Then, you may have a basis - a set of functions which are sufficient to
represent arbitrarily complex algorithm, i.e., Turing complete set; see here -
<http://dkeenan.com/Lambda/> .

Such a set may consist from only one function. So, the whole program is a
structure of calling that function. Writing down such a program, we obviously
don't need to write the function - it comes by default; we only need to write
the structure, which can be represented by ( and ) . In a different way, than
what I see here, but still - one bit per parenthesis, very simple processor,
lots of memory and lots of steps for simple operations - a Turing tarpit...

------
drostie
I have two related ideas for a useless language, this is very close to the
first one.

The first idea is that you normally use at least 2 symbols for a programming
language, but you can in principle get away with just one. The "vanilla" form
of this idea is to use the length of the processed string as the instruction
itself -- that is, it has a bit pattern which gives you two symbols to play
with in principle. Of course that's pretty ugly so you can instead do
something slightly more "advanced" and use a non-character as a delimiter; the
most obvious choice is file boundaries on a filesystem, but in principle any
data structure boundary can be used.

The second useless language that I want to create is one which I'm not even
completely sure works. The idea is that you have some number of nodes -- let's
say 256 -- which each contain some number of bytes -- let's say 4. Those bytes
represent two (node pointer, instruction) tuples. These get initialized to a
definite 1KB prelude, and the computer starts at node 0. The instructions can
also manipulate registers and a much larger memory space, and can load ints
from that memory into other nodes, but the 1 KB is needed for the interpreter.

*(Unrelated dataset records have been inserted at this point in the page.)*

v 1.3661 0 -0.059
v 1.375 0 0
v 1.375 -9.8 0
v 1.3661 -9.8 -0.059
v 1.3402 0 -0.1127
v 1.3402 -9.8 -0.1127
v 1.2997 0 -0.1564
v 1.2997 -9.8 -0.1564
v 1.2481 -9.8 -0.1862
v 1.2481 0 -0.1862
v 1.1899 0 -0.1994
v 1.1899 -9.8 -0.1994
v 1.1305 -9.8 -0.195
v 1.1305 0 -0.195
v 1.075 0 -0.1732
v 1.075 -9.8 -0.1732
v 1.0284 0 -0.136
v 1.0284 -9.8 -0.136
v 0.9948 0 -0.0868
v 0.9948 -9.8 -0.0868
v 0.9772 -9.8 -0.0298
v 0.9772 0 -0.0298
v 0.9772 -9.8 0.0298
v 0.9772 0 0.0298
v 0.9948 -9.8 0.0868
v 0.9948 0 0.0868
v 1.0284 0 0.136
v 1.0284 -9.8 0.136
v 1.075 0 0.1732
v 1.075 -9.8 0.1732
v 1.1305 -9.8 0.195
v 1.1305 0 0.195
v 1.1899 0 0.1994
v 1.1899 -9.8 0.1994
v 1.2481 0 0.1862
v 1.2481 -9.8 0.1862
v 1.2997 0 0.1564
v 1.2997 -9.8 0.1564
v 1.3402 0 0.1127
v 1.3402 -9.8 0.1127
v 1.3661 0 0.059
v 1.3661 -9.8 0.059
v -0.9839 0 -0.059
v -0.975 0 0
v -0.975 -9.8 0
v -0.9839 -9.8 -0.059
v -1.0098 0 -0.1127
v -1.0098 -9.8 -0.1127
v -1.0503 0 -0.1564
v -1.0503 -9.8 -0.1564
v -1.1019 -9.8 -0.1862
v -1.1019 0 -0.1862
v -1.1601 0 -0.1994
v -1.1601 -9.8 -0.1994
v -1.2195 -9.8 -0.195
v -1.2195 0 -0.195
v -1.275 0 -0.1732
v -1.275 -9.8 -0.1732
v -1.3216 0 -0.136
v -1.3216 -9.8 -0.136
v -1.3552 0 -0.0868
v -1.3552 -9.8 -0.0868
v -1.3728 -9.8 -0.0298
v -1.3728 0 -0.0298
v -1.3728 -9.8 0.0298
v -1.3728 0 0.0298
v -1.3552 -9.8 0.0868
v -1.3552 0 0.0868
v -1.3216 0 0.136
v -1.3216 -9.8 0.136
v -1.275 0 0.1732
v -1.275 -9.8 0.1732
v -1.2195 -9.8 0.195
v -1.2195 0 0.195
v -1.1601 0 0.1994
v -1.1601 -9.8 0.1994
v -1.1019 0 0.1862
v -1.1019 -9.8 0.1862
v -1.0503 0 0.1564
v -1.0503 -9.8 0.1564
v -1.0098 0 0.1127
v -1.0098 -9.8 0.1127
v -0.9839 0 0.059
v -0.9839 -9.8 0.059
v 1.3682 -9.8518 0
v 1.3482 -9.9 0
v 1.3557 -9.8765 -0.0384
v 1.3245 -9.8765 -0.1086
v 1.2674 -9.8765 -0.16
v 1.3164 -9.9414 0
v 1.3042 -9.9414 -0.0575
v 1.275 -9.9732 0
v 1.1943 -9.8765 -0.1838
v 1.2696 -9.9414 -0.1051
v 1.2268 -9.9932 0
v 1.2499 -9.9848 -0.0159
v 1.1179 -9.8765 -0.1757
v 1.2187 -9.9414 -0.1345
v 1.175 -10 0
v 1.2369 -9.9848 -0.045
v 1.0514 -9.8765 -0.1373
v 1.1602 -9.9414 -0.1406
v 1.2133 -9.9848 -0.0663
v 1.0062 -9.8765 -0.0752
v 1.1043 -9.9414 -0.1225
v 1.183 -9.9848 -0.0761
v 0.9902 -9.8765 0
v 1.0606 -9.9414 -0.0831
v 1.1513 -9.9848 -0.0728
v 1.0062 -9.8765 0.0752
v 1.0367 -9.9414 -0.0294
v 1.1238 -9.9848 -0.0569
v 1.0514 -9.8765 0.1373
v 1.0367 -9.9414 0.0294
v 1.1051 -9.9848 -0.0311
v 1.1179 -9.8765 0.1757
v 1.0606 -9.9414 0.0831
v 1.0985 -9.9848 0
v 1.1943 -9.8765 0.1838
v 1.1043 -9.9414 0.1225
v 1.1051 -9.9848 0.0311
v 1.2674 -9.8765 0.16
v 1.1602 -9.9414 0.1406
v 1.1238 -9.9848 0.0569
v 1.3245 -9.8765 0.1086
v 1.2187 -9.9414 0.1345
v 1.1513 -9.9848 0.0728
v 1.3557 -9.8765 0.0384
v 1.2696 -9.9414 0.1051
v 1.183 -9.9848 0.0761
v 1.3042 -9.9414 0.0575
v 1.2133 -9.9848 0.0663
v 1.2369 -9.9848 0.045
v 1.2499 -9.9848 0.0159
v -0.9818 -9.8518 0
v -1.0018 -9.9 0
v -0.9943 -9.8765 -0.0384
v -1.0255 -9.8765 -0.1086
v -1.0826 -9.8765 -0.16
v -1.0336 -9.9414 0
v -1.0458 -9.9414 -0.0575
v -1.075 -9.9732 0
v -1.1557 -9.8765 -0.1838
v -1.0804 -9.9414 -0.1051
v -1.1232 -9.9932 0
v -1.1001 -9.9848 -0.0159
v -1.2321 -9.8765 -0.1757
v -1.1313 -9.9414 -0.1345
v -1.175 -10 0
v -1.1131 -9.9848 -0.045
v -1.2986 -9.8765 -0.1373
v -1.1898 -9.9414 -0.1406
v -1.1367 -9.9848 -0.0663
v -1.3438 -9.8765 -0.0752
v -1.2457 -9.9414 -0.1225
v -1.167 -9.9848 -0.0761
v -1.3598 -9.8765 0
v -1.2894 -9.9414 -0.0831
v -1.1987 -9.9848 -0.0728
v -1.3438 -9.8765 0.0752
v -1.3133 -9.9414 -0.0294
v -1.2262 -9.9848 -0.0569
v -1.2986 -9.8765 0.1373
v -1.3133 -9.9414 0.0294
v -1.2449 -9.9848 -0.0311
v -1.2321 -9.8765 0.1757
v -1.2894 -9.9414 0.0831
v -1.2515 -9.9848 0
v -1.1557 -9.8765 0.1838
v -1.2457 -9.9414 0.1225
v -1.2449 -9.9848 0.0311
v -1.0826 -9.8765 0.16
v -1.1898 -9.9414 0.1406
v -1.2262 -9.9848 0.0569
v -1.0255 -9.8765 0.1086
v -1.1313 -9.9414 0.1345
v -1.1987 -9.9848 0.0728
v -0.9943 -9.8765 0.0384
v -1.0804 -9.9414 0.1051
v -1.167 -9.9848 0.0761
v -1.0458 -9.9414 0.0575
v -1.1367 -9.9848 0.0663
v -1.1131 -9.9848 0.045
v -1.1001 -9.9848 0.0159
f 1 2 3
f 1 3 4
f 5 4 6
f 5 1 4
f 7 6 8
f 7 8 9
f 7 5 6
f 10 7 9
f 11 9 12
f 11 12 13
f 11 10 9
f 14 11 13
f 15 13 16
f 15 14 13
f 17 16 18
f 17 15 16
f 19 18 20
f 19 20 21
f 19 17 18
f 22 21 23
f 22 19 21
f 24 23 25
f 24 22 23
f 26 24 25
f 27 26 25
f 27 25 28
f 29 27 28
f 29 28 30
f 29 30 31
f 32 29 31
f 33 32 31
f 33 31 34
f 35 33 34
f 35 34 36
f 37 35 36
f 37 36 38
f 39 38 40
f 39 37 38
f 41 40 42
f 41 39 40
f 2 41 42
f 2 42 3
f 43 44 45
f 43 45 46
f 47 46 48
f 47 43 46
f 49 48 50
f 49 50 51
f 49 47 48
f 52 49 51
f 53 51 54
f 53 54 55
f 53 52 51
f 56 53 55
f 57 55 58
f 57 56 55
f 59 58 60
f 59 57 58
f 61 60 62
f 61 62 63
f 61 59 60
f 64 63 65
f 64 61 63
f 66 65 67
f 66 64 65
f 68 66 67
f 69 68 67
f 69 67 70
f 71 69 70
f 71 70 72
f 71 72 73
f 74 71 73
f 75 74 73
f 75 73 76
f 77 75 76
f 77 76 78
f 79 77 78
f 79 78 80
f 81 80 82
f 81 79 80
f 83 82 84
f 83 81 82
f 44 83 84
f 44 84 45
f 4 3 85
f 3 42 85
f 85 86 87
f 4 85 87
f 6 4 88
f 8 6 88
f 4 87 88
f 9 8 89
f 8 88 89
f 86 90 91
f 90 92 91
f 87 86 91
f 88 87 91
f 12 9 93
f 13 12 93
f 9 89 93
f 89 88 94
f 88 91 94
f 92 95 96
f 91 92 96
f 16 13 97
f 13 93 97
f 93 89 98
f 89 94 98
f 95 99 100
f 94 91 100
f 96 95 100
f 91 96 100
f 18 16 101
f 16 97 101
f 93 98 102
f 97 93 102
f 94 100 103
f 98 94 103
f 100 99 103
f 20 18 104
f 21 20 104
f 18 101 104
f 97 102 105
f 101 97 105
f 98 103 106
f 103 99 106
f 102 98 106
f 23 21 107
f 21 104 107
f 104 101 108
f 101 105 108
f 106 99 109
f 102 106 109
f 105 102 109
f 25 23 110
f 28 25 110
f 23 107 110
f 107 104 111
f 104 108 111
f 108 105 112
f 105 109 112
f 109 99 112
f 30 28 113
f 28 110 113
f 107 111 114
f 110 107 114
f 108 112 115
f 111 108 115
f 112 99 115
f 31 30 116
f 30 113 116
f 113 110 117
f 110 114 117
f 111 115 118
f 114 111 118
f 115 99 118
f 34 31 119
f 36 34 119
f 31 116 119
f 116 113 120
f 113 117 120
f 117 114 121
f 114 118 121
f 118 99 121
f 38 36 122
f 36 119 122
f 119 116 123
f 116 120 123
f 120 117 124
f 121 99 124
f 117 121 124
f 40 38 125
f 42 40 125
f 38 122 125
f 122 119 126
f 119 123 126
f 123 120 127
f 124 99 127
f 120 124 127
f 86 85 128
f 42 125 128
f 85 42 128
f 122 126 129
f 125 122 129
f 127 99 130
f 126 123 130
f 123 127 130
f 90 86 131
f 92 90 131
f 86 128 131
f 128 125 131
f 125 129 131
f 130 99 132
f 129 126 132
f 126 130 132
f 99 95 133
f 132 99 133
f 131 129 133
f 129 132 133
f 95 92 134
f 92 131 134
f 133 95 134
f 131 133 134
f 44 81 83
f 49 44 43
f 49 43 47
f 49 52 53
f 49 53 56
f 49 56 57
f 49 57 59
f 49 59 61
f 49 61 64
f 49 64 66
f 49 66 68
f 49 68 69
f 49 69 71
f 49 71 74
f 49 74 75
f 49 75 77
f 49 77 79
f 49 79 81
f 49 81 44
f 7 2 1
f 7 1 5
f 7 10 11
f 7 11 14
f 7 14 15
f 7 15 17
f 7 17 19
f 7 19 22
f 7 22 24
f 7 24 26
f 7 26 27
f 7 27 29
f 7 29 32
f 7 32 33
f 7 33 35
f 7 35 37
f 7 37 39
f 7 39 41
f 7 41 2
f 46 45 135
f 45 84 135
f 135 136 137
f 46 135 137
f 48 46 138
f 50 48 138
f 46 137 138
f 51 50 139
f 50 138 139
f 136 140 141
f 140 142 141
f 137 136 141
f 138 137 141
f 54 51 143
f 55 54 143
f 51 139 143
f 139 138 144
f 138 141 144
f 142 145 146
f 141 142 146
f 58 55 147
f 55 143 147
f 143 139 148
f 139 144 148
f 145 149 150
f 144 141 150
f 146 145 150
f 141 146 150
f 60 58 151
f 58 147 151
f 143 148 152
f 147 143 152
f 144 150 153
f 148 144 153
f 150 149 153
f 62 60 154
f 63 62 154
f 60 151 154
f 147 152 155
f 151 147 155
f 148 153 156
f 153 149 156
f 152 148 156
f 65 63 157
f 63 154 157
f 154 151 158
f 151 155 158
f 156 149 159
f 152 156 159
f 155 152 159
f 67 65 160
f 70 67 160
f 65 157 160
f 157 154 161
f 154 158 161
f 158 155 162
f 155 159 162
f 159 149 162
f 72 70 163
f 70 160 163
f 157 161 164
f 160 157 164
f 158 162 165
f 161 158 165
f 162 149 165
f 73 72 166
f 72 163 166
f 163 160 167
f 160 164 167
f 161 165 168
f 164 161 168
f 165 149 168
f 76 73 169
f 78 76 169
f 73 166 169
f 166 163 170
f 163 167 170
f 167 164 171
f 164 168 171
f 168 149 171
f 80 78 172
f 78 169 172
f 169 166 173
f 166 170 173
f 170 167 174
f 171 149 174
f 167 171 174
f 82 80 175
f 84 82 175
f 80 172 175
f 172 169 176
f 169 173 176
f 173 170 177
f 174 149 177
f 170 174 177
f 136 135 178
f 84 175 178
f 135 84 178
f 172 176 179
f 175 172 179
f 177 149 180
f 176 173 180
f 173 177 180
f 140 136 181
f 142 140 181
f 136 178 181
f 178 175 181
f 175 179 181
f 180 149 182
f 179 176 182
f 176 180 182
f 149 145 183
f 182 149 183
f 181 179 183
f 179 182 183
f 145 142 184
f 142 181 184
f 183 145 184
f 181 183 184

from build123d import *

# Parameters (mm, degrees)
SKETCH3_R             = 0.2
BOSS_EXTRUDE1_DEPTH   = 10
BOSS_EXTRUDE1_2_DEPTH = 10
FILLET3_R             = 0.2
FILLET4_R             = 0.2


with BuildPart() as part:
    # Sketch3 → Boss-Extrude1 (new body)
    with BuildSketch(Plane(origin=(0, 0, 0), x_dir=(1, 0, 0), z_dir=(0, 1, 0))):
        with Locations((1.175, 0)):
            Circle(SKETCH3_R)
    extrude(amount=-BOSS_EXTRUDE1_DEPTH)

    # Fillet3
    fillet3_edges = [part.edges().sort_by_distance(p)[0] for p in [
        (0.975, -10, 0),
    ]]
    fillet(fillet3_edges, radius=FILLET3_R)


with BuildPart() as body_2:
    # Sketch3 → Boss-Extrude1 2 (new body)
    with BuildSketch(Plane(origin=(0, 0, 0), x_dir=(1, 0, 0), z_dir=(0, 1, 0))):
        with Locations((-1.175, 0)):
            Circle(SKETCH3_R)
    extrude(amount=-BOSS_EXTRUDE1_2_DEPTH)

    # Fillet4
    fillet4_edges = [body_2.edges().sort_by_distance(p)[0] for p in [
        (-1.375, -10, 0),
    ]]
    fillet(fillet4_edges, radius=FILLET4_R)


solid = Compound([part.part, body_2.part])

The idea for this useless language is that, the computer chooses one of the
two tuples randomly, performs its instruction, and then goes to the node it
points to. >:D

The basic idea is that all esoteric languages seem to be about "how do you
program familiar thing X if you don't have Y?", but I have 256 instructions so
I'll give you all sorts of wonderful functions to call on your registers. The
problem is really just that the computer does not natively want to follow a
deterministic path, and you have to "herd it" into that mentality.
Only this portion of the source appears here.